July 11, 2024 - I am starting to find my footing again. When I am told where to meet up in Leaver only thirty minutes before I’m supposed to be there, I zoom with determination.
Today’s good mornings are gentle—they come with smiles and coochie coochie coos. Good morning, our cute little ones. We rotate on the first kiddo. You’ve got a little drool on your shoulder. Be careful what you touch. The second patient, Jasper, is a little baby sleeping on his side, cuddled beneath a zoo animal blanket. There are toys at the foot of his bed, and a cartoon squeaks in the background while his mom watches from her place on the couch against the wall. Then we’re speed-walking back to the ENT workroom.
“You’re in Badi’s clinic?” Steven, a PGY-4, asks Maya—my partner for today—who shuffles at my side. “You’re gonna have fun. Lots of patients, but it goes by quick. He has you take down the history on a piece of paper, and then he just walks out at the end of the day with a big stack for his notes.”
“Yeah, I was wondering how there were thirty-six patients scheduled. Like this patient is scheduled at 8. And this patient. And this patient.”
“That’s low. Forty is standard for him.”
Maya gets her things and then we break off from the main group. “Are you hungry? Let’s go get breakfast.”
It feels almost sacrilege—my first real breakfast of the rotation. I copy her hot bar order—two pieces of bacon and two hashbrowns—and we walk to the clinic physician workroom an hour before the first scheduled patient. On the way up, she teaches me about tonsils and sleep apnea and neck masses.
“If it’s a branchial cleft cyst, it’ll be more midline. But I’m sure you know that.”
I wouldn’t be so sure, I think. Declan—another visiting fourth-year from Ohio—joins us in the workroom.
“Dude, people drive crazy here. I’ve never seen such crazy driving. Like this is the first time I’ve ever seen people drive on the outermost lane on the highway. You know, the shoulder? Like they’ll just be speeding and I think they’re gonna crash right into me and then they just merge right onto the shoulder. It’s the craziest thing.”
“Yeah,” Maya says. “They also drive like that in Detroit.”
“Did you hear about that crazy shooting last week?”
“Yeah, you mean the one right here?” Maya says, pointing out the window.
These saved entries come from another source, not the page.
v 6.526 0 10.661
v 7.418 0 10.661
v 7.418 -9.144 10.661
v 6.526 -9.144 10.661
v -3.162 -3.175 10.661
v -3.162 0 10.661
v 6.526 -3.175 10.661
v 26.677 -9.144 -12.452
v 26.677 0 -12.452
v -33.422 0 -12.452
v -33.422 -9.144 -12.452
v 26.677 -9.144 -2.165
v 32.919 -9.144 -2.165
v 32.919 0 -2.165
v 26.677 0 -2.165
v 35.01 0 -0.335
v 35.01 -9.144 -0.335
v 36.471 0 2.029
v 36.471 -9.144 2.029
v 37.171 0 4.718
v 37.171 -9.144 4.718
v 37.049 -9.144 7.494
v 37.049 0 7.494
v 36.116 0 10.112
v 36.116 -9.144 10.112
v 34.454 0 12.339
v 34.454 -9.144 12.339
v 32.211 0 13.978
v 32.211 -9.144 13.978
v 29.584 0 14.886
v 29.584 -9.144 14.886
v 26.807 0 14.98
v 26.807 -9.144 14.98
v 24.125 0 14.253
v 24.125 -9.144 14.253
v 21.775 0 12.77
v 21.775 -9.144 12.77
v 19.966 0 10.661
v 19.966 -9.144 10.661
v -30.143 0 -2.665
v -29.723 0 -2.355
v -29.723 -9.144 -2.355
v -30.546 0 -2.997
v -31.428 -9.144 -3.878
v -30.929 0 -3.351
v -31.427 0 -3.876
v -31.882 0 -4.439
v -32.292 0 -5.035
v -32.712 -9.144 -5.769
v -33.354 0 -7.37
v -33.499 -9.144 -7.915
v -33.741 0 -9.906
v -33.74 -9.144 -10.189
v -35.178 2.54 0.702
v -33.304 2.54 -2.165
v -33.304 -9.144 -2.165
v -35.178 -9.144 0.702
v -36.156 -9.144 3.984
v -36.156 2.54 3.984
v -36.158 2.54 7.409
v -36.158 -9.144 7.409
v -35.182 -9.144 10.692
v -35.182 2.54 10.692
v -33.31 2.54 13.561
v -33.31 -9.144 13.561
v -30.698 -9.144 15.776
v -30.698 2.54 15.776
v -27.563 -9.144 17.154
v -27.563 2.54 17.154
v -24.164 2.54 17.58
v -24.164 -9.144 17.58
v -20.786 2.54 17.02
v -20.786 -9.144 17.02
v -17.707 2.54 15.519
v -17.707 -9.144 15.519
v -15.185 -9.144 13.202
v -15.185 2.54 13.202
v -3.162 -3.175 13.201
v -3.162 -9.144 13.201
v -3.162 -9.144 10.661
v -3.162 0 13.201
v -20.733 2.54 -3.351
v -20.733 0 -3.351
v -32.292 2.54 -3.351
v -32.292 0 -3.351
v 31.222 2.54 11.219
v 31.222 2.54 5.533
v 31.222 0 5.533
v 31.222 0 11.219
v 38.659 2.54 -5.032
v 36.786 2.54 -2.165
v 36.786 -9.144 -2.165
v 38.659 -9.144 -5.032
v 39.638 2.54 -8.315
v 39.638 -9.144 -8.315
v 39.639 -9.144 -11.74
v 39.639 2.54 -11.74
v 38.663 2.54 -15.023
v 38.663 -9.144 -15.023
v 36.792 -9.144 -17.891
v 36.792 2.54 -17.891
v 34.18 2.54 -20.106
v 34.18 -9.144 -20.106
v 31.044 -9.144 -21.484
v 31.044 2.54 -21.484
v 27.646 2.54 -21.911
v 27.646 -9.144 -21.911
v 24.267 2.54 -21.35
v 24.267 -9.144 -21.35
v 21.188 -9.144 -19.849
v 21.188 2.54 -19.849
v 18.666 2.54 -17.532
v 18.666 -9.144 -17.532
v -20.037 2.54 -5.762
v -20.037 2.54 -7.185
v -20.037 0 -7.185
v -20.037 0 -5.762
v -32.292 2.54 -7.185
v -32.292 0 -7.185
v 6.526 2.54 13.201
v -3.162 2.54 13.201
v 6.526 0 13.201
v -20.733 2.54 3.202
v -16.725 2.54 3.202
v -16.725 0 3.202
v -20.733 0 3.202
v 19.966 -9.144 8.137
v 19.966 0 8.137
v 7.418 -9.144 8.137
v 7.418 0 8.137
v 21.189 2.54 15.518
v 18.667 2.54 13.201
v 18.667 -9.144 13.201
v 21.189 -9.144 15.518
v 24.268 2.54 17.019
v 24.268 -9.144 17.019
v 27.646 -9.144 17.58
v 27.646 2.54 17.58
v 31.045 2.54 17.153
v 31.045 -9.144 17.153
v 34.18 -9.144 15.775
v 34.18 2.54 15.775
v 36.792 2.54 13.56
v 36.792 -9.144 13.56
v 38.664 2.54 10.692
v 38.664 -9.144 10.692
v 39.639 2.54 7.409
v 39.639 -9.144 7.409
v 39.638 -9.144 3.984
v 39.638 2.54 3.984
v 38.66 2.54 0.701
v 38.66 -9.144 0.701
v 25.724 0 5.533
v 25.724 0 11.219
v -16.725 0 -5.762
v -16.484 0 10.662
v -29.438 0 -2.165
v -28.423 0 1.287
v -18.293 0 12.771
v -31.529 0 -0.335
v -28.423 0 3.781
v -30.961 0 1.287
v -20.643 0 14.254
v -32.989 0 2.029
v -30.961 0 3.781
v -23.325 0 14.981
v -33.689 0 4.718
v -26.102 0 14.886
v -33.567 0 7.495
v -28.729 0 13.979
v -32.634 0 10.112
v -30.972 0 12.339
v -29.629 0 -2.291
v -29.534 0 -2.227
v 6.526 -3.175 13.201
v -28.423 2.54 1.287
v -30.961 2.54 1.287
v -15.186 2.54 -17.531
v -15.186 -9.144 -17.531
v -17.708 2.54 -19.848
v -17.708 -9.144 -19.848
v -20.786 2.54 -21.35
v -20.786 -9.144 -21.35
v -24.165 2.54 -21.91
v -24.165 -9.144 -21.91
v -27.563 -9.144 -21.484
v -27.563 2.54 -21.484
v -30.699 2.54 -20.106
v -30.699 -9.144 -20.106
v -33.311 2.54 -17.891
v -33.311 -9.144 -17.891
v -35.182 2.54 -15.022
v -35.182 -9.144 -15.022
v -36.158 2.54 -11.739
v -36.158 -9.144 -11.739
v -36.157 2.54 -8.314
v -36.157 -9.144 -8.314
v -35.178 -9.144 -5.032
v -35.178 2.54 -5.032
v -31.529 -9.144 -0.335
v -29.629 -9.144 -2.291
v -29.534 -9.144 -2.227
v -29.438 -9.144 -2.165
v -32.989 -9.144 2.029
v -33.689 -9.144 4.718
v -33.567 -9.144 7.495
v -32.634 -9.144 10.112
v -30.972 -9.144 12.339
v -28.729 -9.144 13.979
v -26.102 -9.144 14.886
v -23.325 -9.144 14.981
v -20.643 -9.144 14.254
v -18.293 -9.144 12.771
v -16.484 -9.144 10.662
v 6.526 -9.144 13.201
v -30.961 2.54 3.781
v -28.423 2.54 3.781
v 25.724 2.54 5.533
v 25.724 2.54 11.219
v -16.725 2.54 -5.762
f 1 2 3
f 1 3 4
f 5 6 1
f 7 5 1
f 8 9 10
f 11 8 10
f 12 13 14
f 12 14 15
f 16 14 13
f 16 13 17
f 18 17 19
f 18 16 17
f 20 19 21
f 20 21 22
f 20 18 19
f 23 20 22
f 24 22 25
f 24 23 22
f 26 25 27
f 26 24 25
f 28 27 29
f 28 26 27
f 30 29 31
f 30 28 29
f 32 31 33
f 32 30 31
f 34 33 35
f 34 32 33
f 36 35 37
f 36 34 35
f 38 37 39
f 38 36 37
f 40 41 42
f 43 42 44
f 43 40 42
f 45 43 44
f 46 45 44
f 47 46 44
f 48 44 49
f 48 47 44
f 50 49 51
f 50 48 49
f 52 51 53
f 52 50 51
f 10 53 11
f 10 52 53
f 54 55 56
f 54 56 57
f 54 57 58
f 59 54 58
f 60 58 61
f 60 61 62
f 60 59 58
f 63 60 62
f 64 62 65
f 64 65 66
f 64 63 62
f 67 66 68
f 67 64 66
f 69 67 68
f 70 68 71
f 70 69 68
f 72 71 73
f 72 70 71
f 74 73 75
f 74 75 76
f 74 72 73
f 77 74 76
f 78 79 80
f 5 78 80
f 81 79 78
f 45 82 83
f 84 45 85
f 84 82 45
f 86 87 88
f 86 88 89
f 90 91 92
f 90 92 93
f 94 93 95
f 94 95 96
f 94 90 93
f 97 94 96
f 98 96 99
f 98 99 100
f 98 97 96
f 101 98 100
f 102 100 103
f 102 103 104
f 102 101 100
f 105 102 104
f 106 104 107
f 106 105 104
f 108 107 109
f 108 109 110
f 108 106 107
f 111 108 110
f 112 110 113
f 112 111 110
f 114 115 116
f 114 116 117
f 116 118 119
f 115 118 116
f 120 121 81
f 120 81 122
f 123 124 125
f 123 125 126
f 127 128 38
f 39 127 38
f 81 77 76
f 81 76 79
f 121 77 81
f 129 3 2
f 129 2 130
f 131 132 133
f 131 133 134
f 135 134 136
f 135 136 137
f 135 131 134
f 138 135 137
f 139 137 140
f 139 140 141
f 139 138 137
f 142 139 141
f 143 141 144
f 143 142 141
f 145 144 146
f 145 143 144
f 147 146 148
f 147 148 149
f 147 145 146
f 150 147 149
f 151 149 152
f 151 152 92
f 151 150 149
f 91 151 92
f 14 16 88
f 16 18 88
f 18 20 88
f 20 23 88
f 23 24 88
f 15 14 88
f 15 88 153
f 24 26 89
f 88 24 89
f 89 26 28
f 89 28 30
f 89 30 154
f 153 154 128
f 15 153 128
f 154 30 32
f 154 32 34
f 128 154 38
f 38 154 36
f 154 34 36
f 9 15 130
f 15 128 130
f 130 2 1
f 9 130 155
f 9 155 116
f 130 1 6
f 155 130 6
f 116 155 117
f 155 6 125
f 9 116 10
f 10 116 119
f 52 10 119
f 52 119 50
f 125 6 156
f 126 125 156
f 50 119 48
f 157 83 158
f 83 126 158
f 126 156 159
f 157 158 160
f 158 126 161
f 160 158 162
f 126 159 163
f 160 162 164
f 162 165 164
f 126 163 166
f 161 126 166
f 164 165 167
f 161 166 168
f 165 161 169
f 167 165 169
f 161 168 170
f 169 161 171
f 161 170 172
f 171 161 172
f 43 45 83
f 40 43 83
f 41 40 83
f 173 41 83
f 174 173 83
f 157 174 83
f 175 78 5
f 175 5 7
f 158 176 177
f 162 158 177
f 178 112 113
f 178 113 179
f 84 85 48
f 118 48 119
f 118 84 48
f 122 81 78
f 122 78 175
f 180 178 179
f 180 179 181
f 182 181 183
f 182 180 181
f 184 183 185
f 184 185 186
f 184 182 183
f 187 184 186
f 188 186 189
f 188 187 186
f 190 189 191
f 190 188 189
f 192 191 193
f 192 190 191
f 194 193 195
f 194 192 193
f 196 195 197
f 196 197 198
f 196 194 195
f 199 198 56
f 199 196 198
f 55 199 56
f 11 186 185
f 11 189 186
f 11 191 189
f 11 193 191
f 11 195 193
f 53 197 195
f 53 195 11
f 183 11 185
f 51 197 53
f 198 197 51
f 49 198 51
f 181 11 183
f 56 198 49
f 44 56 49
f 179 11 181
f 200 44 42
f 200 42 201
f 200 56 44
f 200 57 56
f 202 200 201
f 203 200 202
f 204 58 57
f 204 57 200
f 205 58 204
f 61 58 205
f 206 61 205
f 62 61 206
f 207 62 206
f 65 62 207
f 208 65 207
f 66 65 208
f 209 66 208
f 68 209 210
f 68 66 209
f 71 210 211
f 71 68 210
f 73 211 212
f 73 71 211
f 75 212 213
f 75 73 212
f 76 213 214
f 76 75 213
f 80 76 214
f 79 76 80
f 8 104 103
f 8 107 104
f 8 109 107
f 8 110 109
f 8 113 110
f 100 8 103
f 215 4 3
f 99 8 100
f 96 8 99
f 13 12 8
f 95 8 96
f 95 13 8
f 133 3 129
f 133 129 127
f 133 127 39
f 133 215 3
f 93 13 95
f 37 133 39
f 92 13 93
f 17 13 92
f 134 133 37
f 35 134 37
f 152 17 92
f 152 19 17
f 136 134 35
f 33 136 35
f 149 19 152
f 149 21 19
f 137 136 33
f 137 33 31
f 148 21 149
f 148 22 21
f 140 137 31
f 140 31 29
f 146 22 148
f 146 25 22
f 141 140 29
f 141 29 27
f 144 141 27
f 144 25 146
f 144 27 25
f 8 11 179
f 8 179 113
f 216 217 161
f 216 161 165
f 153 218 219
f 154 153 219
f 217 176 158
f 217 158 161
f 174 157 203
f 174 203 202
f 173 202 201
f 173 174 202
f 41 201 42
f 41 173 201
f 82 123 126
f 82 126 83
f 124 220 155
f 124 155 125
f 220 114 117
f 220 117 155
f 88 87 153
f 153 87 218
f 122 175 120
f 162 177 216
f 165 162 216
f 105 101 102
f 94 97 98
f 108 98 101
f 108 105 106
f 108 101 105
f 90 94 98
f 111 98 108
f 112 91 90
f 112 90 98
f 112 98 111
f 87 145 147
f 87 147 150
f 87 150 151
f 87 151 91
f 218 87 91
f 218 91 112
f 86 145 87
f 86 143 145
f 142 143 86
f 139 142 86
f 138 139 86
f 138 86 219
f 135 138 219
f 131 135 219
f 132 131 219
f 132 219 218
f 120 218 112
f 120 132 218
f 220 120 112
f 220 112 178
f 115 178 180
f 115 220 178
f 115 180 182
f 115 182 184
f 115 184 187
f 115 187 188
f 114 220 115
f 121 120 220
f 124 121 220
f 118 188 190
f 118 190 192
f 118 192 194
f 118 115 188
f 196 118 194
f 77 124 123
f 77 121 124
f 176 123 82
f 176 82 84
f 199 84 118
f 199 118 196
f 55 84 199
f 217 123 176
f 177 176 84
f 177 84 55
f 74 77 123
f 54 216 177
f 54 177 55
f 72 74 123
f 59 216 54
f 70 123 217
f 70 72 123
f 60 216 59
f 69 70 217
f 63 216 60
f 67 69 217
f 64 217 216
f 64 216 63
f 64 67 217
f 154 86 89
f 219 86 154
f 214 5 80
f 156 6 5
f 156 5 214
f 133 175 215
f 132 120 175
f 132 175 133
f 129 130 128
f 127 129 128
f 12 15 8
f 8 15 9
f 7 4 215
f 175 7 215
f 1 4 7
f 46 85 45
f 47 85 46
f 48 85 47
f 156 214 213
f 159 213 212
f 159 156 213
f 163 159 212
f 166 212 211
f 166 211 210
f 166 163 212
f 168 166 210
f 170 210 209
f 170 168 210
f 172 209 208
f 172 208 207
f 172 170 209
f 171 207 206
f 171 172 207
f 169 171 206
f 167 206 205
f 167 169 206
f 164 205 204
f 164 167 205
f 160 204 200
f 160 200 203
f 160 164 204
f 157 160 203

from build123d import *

# Parameters (mm, degrees)
BOSS_EXTRUDE1_DEPTH = 9.144
BOSS_EXTRUDE7_START = 2.54
SKETCH3_W           = 5.497965662
SKETCH3_H           = 5.686621346
SKETCH3_W_2         = 2.537497481
SKETCH3_H_2         = 2.494515015
BOSS_EXTRUDE7_DEPTH = 2.54
BOSS_EXTRUDE8_DEPTH = 9.144
SKETCH9_W           = 9.68799942
SKETCH9_H           = 2.539743385
BOSS_EXTRUDE9_DEPTH = 3.175


with BuildPart() as part:
    # Sketch2 → Boss-Extrude1 (new body)
    with BuildSketch(Plane(origin=(0, 0, 0), x_dir=(1, 0, 0), z_dir=(0, 1, 0))):
        with BuildLine():
            Line((-16.484821535, 14.991226562), (19.965175413, 14.992229827))
            ThreePointArc((19.965175413, 14.992229827), (34.453763808, 16.669641544), (32.919177794, 2.165230163))
            ThreePointArc((32.919177794, 2.165230163), (34.454264788, -12.338688941), (19.966174864, -10.660770051))
            Line((19.966174864, -10.660770051), (6.526477702, -10.661139971))
            Line((6.526477702, -10.661139971), (6.526477702, -13.201139972))
            Line((6.526477702, -13.201139972), (18.666916826, -13.200805813))
            ThreePointArc((18.666916826, -13.200805813), (35.566435216, -14.762300874), (36.785563248, 2.165360379))
            ThreePointArc((36.785563248, 2.165360379), (35.565859505, 19.093319416), (18.665967138, 17.532194068))
            Line((18.665967138, 17.532194068), (-15.185563688, 17.531262324))
            ThreePointArc((-15.185563688, 17.531262324), (-32.085077033, 19.092756448), (-33.30420747, 2.165100491))
            ThreePointArc((-33.30420747, 2.165100491), (-32.08450617, -14.762857534), (-15.184614497, -13.201737557))
            Line((-15.184614497, -13.201737557), (-3.161521718, -13.201406628))
            Line((-3.161521718, -13.201406628), (-3.161521718, -10.661406627))
            Line((-3.161521718, -10.661406627), (-16.483822084, -10.661773316))
            ThreePointArc((-16.483822084, -10.661773316), (-30.972409917, -12.339179924), (-29.437822557, 2.165230163))
            ThreePointArc((-29.437822557, 2.165230163), (-29.581379954, 2.259029678), (-29.723191237, 2.355448738))
            ThreePointArc((-29.723191237, 2.355448738), (-30.849950106, 16.788680298), (-16.484821535, 14.991226562))
        make_face()
    extrude(amount=-BOSS_EXTRUDE1_DEPTH)

    # Sketch3 → Boss-Extrude7 (add)
    with BuildSketch(Plane(origin=(0, 0, 0), x_dir=(-1, 0, 0), z_dir=(0, 1, 0)).offset(BOSS_EXTRUDE7_START)):
        with BuildLine():
            Line((-6.526477702, 13.201139972), (-18.666916826, 13.200805813))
“No, the one where five people got shot. Two parents and like three kids and only one survived. Well, two survived but one is on ECMO8, so. They said the one that survived got shot in the cheek.”
“Do they know who did it? Like did they catch them?”
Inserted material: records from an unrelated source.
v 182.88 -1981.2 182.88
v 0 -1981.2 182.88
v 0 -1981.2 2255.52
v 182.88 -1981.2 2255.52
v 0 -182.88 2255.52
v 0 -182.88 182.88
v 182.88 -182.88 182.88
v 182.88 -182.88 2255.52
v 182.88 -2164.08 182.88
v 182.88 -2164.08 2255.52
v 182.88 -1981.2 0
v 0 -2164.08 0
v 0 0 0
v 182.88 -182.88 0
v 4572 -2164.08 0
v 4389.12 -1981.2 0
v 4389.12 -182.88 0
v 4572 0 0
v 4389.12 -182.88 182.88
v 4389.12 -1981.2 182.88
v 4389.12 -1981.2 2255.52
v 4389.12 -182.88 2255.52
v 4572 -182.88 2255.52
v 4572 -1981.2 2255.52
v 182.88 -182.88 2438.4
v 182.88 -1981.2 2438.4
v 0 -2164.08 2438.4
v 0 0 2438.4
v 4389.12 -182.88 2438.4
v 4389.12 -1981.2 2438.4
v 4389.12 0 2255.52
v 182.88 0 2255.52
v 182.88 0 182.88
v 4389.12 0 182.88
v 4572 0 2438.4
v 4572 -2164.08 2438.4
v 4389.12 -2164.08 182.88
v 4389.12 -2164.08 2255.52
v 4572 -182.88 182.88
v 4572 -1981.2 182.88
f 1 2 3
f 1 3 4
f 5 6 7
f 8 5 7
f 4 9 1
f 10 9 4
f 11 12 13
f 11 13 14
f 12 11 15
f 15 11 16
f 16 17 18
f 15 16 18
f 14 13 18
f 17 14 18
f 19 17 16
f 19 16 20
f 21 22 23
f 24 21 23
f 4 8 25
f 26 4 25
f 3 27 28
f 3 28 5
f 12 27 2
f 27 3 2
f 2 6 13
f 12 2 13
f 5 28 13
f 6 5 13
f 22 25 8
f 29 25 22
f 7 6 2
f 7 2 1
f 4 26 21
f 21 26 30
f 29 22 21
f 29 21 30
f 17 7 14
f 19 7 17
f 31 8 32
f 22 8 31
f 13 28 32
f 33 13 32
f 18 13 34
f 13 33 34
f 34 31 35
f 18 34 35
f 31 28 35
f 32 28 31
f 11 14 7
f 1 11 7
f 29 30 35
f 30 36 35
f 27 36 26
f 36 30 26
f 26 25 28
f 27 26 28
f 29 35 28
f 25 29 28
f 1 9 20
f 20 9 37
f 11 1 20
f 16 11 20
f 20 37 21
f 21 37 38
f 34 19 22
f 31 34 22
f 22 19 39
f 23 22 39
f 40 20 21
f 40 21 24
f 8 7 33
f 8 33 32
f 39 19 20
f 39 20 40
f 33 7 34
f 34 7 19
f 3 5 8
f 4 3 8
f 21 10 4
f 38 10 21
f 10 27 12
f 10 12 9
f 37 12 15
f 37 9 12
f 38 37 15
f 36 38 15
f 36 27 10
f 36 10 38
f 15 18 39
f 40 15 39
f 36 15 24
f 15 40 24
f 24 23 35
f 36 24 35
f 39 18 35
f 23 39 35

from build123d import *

# Parameters (mm, degrees)
F0_W     = 4572
F0_H     = 2438.4
F1_DEPTH = 182.88
F2_W     = 182.88
F2_H     = 182.88
F3_DEPTH = 1981.2
F4_W     = 182.88
F4_H     = 182.88
F5_DEPTH = 182.88
F6_W     = 4206.24
F6_H     = 2072.64
F7_DEPTH = 2286


with BuildPart() as f1:
    # F0 (on Front) → F1 (new body)
    with BuildSketch(Plane.XZ):
        with Locations((2286, 1219.2)):
            Rectangle(F0_W, F0_H)
    extrude(amount=F1_DEPTH)

    # F2 (on face) → F3 (join)
    with BuildSketch(Plane.XZ):
        with Locations((91.44, 2346.96)):
            Rectangle(F2_W, F2_H)
        with Locations((91.44, 91.44)):
            Rectangle(F2_W, F2_H)
        with Locations((4480.56, 91.44)):
            Rectangle(F2_W, F2_H)
        with Locations((4480.56, 2346.96)):
            Rectangle(F2_W, F2_H)
    extrude(amount=F3_DEPTH)

    # F4 (on face) → F5 (join)
    with BuildSketch(Plane.XZ.offset(1981.2)):
        Polygon((4572, 2438.4), (182.88, 2438.4), (182.88, 2255.52), (0, 2255.52), (0, 0), (4572, 0), align=None)
        with Locations((91.44, 2346.96)):
            Rectangle(F4_W, F4_H)
    extrude(amount=F5_DEPTH)

    # F6 (on face) → F7 (cut)
    with BuildSketch(Plane.XZ.offset(2164.08)):
        with Locations((2286, 1219.2)):
            Rectangle(F6_W, F6_H)
    extrude(amount=-F7_DEPTH, mode=Mode.SUBTRACT)


solid = f1.part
“They think it was targeted—a drive by.”
“That’s just so unnecessary.”
Then: Maya dashes out and comes back in with a copy of Dr. Badi’s patient history template. “I just talked to his nurse, Serena. He runs a tight ship. Only write your notes here,” she says, pointing to a tiny box on the page. “And there’s no lunch break, so hopefully you have some snacks. That will help.”
“My home program was really intense,” she then says to Declan. “I lost like ten pounds in a month. You know when you’re so tired that you go to bed instead of eating?”
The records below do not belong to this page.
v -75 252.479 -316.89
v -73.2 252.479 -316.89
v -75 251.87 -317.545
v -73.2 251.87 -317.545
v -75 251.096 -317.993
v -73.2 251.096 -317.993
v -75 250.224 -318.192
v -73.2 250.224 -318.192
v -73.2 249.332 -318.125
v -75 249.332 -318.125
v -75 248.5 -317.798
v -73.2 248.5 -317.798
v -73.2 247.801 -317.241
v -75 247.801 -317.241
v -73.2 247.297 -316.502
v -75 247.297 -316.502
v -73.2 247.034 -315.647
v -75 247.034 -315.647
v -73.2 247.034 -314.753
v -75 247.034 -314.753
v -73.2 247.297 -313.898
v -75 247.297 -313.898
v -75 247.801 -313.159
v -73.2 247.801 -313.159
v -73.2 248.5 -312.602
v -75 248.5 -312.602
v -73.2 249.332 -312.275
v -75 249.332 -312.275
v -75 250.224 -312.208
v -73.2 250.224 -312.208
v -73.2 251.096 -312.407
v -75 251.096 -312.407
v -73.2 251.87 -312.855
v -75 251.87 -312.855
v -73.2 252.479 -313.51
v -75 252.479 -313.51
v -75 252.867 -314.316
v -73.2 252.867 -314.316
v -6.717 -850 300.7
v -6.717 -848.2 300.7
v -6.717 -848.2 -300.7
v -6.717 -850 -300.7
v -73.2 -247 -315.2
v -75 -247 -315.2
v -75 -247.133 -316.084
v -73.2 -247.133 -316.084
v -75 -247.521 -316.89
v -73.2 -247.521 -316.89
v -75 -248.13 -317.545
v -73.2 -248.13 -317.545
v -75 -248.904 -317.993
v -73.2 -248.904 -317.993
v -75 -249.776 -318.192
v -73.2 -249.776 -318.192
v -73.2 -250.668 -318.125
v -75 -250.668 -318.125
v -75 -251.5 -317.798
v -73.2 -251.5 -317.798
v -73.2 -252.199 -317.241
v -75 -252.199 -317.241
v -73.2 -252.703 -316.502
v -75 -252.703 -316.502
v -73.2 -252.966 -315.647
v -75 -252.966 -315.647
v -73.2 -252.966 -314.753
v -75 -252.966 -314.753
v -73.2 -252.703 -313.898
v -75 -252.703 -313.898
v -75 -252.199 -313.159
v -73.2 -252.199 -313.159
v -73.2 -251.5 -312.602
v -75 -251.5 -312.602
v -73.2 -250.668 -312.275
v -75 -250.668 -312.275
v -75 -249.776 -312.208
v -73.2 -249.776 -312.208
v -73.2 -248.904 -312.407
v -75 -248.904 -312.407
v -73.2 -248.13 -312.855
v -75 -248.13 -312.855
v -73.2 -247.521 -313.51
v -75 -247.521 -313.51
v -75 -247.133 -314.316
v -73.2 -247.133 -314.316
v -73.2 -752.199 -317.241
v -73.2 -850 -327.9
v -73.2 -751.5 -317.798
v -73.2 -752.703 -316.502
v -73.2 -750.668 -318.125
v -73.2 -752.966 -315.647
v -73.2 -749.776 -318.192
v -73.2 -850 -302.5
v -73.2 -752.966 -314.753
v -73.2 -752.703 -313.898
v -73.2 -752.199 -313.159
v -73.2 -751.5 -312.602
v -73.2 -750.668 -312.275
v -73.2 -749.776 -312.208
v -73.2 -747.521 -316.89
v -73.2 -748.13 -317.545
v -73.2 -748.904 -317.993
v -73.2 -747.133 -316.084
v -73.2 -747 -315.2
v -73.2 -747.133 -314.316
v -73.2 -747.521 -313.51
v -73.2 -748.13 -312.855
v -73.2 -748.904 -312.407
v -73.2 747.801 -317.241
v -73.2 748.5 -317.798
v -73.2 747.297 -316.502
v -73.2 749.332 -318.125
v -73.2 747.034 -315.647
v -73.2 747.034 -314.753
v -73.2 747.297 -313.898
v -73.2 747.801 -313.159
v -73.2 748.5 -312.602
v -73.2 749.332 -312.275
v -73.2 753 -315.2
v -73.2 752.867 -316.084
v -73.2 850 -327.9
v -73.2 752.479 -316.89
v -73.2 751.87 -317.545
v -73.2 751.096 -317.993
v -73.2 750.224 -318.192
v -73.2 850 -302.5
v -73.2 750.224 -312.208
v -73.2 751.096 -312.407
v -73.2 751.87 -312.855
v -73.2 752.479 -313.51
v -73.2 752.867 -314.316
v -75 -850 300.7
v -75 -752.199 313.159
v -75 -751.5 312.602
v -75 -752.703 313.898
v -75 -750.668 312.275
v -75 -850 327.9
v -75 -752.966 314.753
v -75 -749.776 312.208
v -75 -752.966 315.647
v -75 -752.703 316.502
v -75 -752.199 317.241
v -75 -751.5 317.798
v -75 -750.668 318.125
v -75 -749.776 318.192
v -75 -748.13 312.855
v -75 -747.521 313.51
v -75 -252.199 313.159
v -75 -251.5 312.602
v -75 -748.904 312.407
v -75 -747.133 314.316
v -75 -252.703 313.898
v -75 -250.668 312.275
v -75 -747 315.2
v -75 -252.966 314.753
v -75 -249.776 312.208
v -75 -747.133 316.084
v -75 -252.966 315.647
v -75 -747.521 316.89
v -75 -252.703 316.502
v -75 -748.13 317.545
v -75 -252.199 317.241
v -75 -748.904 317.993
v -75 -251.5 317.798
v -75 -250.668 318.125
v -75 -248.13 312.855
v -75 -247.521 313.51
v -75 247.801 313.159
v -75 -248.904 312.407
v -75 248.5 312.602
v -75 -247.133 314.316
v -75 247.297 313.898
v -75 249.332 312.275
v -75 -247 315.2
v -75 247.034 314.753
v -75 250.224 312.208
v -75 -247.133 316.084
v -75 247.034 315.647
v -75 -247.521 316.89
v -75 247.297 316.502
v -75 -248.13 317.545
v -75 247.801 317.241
When the clock hits 8 AM, Maya and I make the hallway-long journey to the clinic rooms. We are greeted by Serena—his senior nurse—and Stella—a newer hire.
“I’m just here to hand out the stickers,” Stella says. “Any questions, defer to Serena. She’s the expert. I’m just here to collect the check.”
“She’s not joking.”
“You have so many stickers,” Maya says to Stella, thumbing through the rolls organized side-by-side.
“That’s my favorite part of the job. If I couldn’t hand out stickers, I wouldn’t be here.”
Like yesterday, I venture into the patient rooms first to scope out the scene and then Dr. Badi—an aged Lebanese man with wise and composed eyes—follows after. Aside from a few minor slip-ups—such as asking if a nine-month-old was wetting the bed—everything goes off without a hitch, and I take notice of my ease talking to parents and their littluns—how much I smile when putting on my baby voice and ripping off stickers.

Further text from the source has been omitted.